Decius snorted. “My empire is more diverse than Kylorin’s at its height. The Malakim remnants, ambitious vampires, Sheaim refugees, lost angels, Elven revolutionaries. Do you think I hold it together by trust? There is no trust on Erebus, only strength and will.”

“There was one who put his trust in you once, if the stories are true.”

Decius grabbed the collar of Falamar’s coat. “More the fool, him! Death is my sword and deceit is my shield. There’s naught but misery in my wake.” The crew of the vessel paused their work, staring at the argument. Decius waved at them dismissively.

“Is that a boast or a lament?” Falamar replied, unperturbed.

Decius turned and leaned against the railing, gazing at the horizon. Falamar waited until finally he turned back. “What was it all for?”

“You brought us the Nether blade, old comrade in arms, upon the bleakest battlefield I’ve ever seen. Were it not for that—and everything that led to that--there may be no civilization upon this world.”

“I fought my whole life to be in control. In the end, did I make a single choice of consequence? Every decision I made--every betrayal, every death, every show of mercy or burst of inspiration, all just so you could thrust that damned blade into Auric? We’re all puppets.”

“That’s not exactly how it went down—nevermind, I like your version.” Falamar inhaled the sea breeze deeply. “Every time I step on a boat, she calls to me. The siren song of my first lover, she says ‘Falamar, Falamar, away with me forever! You were not made to be a worm shackled to the dirt, dance upon the waves and be free.’” A smile played upon his lips as he gazed briefly back towards the Heron Throne looking down on them. “And yet, I always return. I get every breath of wind into my sails so I can step upon this shore and return to give counsel and succor to my wife and queen. Which is freer self? The one that heeds his whims or the one stays bound to vow made years ago?”

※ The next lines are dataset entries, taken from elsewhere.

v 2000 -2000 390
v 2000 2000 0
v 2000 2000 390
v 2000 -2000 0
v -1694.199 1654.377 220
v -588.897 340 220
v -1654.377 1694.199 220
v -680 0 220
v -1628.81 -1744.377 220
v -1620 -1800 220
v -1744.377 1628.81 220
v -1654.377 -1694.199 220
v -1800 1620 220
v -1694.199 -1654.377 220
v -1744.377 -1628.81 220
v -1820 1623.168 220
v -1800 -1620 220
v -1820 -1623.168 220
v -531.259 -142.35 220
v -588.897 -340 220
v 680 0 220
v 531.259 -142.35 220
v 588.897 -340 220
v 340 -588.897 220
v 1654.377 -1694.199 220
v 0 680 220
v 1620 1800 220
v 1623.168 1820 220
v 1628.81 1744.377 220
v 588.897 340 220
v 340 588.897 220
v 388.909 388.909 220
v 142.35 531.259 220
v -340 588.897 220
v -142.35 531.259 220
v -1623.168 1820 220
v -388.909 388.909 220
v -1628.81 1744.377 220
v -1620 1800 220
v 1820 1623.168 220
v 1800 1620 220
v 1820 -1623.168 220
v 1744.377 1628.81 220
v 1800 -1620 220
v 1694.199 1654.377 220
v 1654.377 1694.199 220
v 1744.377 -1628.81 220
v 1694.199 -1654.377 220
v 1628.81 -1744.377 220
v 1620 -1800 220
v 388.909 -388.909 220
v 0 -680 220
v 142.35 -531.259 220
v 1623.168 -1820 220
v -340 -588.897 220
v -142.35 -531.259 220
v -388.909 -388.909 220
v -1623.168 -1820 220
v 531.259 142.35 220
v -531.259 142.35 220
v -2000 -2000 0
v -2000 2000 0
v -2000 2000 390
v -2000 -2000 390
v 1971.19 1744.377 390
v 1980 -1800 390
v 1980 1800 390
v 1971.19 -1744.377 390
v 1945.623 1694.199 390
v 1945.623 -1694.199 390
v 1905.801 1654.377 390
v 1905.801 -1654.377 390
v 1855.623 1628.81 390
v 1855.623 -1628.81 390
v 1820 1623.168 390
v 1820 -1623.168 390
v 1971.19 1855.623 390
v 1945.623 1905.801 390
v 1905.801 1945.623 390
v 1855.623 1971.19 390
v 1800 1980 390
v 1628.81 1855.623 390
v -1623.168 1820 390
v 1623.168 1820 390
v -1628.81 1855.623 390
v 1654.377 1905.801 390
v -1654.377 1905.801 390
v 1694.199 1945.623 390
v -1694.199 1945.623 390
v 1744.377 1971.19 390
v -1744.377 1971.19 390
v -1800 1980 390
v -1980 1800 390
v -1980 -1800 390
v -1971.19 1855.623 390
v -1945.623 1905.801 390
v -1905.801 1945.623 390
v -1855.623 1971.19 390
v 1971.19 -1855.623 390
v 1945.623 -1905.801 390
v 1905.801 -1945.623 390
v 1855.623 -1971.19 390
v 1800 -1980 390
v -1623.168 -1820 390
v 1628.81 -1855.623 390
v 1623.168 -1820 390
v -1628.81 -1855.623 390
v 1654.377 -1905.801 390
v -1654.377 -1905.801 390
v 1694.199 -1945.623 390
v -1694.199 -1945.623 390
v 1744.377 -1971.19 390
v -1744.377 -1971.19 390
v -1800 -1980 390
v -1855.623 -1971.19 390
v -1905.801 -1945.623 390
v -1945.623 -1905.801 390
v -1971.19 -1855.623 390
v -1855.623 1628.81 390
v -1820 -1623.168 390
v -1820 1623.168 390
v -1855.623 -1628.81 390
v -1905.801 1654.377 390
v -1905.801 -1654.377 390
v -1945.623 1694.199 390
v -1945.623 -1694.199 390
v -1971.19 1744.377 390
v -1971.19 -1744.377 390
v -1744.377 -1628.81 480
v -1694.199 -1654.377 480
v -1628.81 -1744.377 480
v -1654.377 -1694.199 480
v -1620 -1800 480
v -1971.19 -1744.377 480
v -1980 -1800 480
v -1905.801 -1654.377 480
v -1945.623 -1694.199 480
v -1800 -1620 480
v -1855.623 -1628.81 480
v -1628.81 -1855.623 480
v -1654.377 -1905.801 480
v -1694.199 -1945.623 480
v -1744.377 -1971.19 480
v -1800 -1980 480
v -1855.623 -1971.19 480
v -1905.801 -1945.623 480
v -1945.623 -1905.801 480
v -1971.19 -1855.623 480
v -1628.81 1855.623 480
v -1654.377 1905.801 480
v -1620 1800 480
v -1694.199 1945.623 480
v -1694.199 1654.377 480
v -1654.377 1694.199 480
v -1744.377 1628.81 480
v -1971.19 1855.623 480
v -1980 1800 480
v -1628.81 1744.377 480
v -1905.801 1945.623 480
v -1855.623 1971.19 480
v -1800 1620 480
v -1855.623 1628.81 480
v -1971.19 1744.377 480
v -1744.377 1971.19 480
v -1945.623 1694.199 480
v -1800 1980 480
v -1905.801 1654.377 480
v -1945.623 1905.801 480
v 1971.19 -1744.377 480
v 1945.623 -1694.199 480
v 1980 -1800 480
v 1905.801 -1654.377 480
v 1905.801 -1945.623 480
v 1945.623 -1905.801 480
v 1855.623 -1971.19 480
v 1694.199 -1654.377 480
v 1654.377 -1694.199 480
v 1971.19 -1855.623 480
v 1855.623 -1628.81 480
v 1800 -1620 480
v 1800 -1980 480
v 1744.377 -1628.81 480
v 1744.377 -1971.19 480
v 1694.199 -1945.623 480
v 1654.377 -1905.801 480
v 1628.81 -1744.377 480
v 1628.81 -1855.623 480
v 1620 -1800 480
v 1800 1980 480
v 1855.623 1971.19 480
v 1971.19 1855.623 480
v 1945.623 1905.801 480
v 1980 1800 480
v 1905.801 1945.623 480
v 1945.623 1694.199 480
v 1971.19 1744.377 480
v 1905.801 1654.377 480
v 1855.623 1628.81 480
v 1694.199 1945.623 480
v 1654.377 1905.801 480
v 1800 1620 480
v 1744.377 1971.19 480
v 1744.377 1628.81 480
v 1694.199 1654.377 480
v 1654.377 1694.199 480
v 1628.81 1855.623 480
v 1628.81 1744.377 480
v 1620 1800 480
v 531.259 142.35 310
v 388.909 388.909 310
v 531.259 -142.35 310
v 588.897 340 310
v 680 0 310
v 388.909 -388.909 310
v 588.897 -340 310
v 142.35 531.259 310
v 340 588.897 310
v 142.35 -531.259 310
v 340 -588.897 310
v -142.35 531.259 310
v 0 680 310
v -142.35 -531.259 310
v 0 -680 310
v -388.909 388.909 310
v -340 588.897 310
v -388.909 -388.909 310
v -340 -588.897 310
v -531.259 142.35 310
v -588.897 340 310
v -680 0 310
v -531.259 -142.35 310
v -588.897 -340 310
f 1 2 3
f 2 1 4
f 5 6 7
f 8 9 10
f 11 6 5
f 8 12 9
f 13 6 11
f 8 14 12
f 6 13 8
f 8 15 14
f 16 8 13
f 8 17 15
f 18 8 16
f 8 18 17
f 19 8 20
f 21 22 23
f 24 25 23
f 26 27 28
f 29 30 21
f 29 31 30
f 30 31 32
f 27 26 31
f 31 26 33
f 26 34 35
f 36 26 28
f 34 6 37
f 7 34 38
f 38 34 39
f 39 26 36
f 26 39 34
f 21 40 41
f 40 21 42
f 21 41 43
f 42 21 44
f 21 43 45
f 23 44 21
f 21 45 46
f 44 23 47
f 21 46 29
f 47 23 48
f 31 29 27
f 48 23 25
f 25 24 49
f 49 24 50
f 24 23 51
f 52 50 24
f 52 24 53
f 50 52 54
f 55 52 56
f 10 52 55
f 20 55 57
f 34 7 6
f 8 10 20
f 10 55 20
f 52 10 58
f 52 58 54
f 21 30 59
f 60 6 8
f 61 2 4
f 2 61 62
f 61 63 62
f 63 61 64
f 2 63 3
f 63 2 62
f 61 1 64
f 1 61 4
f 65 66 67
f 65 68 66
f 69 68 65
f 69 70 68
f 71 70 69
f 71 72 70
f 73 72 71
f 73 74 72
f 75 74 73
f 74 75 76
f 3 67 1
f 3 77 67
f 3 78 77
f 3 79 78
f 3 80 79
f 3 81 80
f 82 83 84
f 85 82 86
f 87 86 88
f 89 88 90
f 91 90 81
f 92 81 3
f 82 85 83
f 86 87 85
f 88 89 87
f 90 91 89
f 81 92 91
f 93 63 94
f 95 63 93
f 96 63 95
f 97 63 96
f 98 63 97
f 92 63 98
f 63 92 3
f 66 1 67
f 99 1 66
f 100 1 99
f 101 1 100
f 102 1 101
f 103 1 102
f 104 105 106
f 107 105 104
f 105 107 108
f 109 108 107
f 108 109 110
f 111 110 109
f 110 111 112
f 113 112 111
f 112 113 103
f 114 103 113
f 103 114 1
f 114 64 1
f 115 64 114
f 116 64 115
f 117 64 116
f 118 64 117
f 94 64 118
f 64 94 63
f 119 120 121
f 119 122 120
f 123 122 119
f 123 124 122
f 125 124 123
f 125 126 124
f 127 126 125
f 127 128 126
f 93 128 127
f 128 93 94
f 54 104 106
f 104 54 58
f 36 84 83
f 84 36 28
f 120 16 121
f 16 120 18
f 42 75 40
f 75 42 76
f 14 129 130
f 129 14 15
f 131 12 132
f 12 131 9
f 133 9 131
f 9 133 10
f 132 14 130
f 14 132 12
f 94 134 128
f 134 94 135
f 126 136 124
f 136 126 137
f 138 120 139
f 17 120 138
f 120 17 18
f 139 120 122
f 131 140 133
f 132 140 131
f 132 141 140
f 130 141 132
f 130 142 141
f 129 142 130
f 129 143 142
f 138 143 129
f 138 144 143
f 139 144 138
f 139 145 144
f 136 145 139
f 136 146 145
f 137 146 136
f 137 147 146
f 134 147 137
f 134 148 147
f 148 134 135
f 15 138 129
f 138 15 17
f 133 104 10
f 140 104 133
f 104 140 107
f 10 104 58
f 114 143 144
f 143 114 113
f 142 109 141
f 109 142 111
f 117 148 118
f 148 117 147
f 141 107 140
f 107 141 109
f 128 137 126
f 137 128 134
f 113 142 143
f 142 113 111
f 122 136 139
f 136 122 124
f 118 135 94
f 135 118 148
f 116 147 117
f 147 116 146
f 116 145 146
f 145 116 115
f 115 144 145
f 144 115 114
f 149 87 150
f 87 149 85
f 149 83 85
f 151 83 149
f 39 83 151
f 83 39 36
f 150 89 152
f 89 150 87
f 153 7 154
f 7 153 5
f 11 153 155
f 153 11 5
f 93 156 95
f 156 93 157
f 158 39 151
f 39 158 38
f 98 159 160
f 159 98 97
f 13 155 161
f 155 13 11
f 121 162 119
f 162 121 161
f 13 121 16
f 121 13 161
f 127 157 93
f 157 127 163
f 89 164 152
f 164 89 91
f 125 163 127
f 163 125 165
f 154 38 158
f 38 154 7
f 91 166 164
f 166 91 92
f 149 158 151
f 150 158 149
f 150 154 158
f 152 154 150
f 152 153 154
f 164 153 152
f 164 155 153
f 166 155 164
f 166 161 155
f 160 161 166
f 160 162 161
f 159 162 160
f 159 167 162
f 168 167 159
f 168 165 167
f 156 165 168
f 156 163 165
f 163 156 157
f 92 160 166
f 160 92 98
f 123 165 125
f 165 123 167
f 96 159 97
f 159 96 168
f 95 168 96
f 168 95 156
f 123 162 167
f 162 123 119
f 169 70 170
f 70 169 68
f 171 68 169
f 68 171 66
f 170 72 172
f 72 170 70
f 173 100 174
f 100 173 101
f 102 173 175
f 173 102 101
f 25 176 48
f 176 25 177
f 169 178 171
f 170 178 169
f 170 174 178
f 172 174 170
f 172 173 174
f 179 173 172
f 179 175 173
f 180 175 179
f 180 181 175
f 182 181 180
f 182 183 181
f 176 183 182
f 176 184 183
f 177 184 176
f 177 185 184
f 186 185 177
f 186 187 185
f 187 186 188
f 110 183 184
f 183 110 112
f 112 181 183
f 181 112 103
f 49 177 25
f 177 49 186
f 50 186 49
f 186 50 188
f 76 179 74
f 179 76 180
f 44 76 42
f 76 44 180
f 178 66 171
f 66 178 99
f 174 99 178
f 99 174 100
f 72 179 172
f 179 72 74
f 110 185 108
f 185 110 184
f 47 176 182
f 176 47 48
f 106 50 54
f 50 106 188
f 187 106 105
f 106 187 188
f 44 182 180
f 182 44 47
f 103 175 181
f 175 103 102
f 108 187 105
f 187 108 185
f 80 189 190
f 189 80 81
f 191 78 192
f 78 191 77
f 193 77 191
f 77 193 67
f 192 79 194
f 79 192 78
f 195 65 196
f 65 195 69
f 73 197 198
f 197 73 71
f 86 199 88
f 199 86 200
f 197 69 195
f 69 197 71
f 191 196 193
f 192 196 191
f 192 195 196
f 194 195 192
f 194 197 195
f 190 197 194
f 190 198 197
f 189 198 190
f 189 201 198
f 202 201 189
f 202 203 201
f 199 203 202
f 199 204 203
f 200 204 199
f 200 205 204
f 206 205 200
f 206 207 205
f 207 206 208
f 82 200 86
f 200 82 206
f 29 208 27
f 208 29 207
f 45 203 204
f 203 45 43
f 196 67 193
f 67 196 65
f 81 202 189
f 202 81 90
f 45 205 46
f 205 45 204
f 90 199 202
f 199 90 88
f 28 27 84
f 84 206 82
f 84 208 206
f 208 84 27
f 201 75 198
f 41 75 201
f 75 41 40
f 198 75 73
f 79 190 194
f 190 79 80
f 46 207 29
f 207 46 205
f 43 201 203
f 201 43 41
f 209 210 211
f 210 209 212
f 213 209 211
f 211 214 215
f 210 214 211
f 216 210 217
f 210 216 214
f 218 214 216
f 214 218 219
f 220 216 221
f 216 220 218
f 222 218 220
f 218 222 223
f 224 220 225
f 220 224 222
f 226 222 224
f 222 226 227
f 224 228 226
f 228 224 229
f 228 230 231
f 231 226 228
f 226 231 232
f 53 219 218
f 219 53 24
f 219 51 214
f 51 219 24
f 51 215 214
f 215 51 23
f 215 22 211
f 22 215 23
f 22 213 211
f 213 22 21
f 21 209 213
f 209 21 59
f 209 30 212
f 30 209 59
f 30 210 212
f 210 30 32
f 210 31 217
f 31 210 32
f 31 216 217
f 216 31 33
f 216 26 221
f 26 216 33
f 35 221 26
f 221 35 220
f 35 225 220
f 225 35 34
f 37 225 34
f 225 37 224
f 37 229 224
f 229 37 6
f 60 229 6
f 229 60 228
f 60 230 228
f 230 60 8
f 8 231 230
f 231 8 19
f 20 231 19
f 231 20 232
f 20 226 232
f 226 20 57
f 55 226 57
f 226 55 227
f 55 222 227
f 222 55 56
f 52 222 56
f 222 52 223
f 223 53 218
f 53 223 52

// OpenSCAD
// Generated by AXM Machine Geometry Foundry 0.4.0
// Asset: AXM-TERRAIN-TILE-001 AXM Modular Terrain Platform v0.4.0
// Units: millimetres; source orientation: +Z up, -Y forward.
// Canonical source is recipe.json. This is an editable generated bridge.

// instance: platform | base: platform | print_group: platform
color([0.09412, 0.11373, 0.15294, 1.00000])
translate([0, 0, 110]) rotate([0, 0, 0]) scale([1, 1, 1]) cube([4000, 4000, 220], center=true);

// instance: edge_x__l00 | base: edge_x | print_group: edge_x
color([0.17647, 0.22745, 0.29804, 1.00000])
translate([0, -1910, 250]) rotate([0, 0, 0]) scale([1, 1, 1]) cube([4000, 180, 280], center=true);

// instance: edge_x__l01 | base: edge_x | print_group: edge_x
color([0.17647, 0.22745, 0.29804, 1.00000])
translate([0, 1910, 250]) rotate([0, 0, 0]) scale([1, 1, 1]) cube([4000, 180, 280], center=true);

// instance: edge_y__l00 | base: edge_y | print_group: edge_y
color([0.17647, 0.22745, 0.29804, 1.00000])
translate([-1910, 0, 250]) rotate([0, 0, 0]) scale([1, 1, 1]) cube([180, 3640, 280], center=true);

// instance: edge_y__l01 | base: edge_y | print_group: edge_y
color([0.17647, 0.22745, 0.29804, 1.00000])
translate([1910, 0, 250]) rotate([0, 0, 0]) scale([1, 1, 1]) cube([180, 3640, 280], center=true);

// instance: corner_node__g00 | base: corner_node | print_group: corner_node
color([0.13725, 0.80392, 0.92157, 1.00000])
translate([-1800, -1800, 300]) rotate([0, 0, 0]) scale([1, 1, 1]) cylinder(h=360, r=180, center=true, $fn=20);

// instance: corner_node__g01 | base: corner_node | print_group: corner_node
color([0.13725, 0.80392, 0.92157, 1.00000])
translate([-1800, 1800, 300]) rotate([0, 0, 0]) scale([1, 1, 1]) cylinder(h=360, r=180, center=true, $fn=20);

// instance: corner_node__g02 | base: corner_node | print_group: corner_node
color([0.13725, 0.80392, 0.92157, 1.00000])
translate([1800, -1800, 300]) rotate([0, 0, 0]) scale([1, 1, 1]) cylinder(h=360, r=180, center=true, $fn=20);

// instance: corner_node__g03 | base: corner_node | print_group: corner_node
color([0.13725, 0.80392, 0.92157, 1.00000])
translate([1800, 1800, 300]) rotate([0, 0, 0]) scale([1, 1, 1]) cylinder(h=360, r=180, center=true, $fn=20);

Decius shrugged. “It’ll take a greater bard than you to convince me the meaning of life is true love.”

“No, that’s not what I’m getting at. We may be the playthings of greater beings--fine. But at the end of it all, we are what we choose to do. You are at another cross-road. Take a leap of faith, here, friend. You may lose something by trusting, but you will certainly lose everything if you descend into paranoia.”

Decius grit his teeth, wavering. He remembered another boat in a Lanun port, long ago, where he had faced the choice of light or dark. After a time he said “Well. Give my official apologies to Rhoanna, please. I believe I came off as more antagonistic then I had intended.”

Falamar smiled briefly. “I suppose I’ll take that.” Decius turned, and Falamar said, “Wait, that’s not all. I have a clue to the Overlords. Two, actually. I think Rhoanna mentioned the Isle to you. There’s something else, and I need your help. A wizard, or sorcerer, or something. Last seen in the Umbra Woods. He may be the key. I need you to find this man, this… Hemah.”


May 6, 2002
Great story, i love the ending. In true FfH fashion one story just leads to more.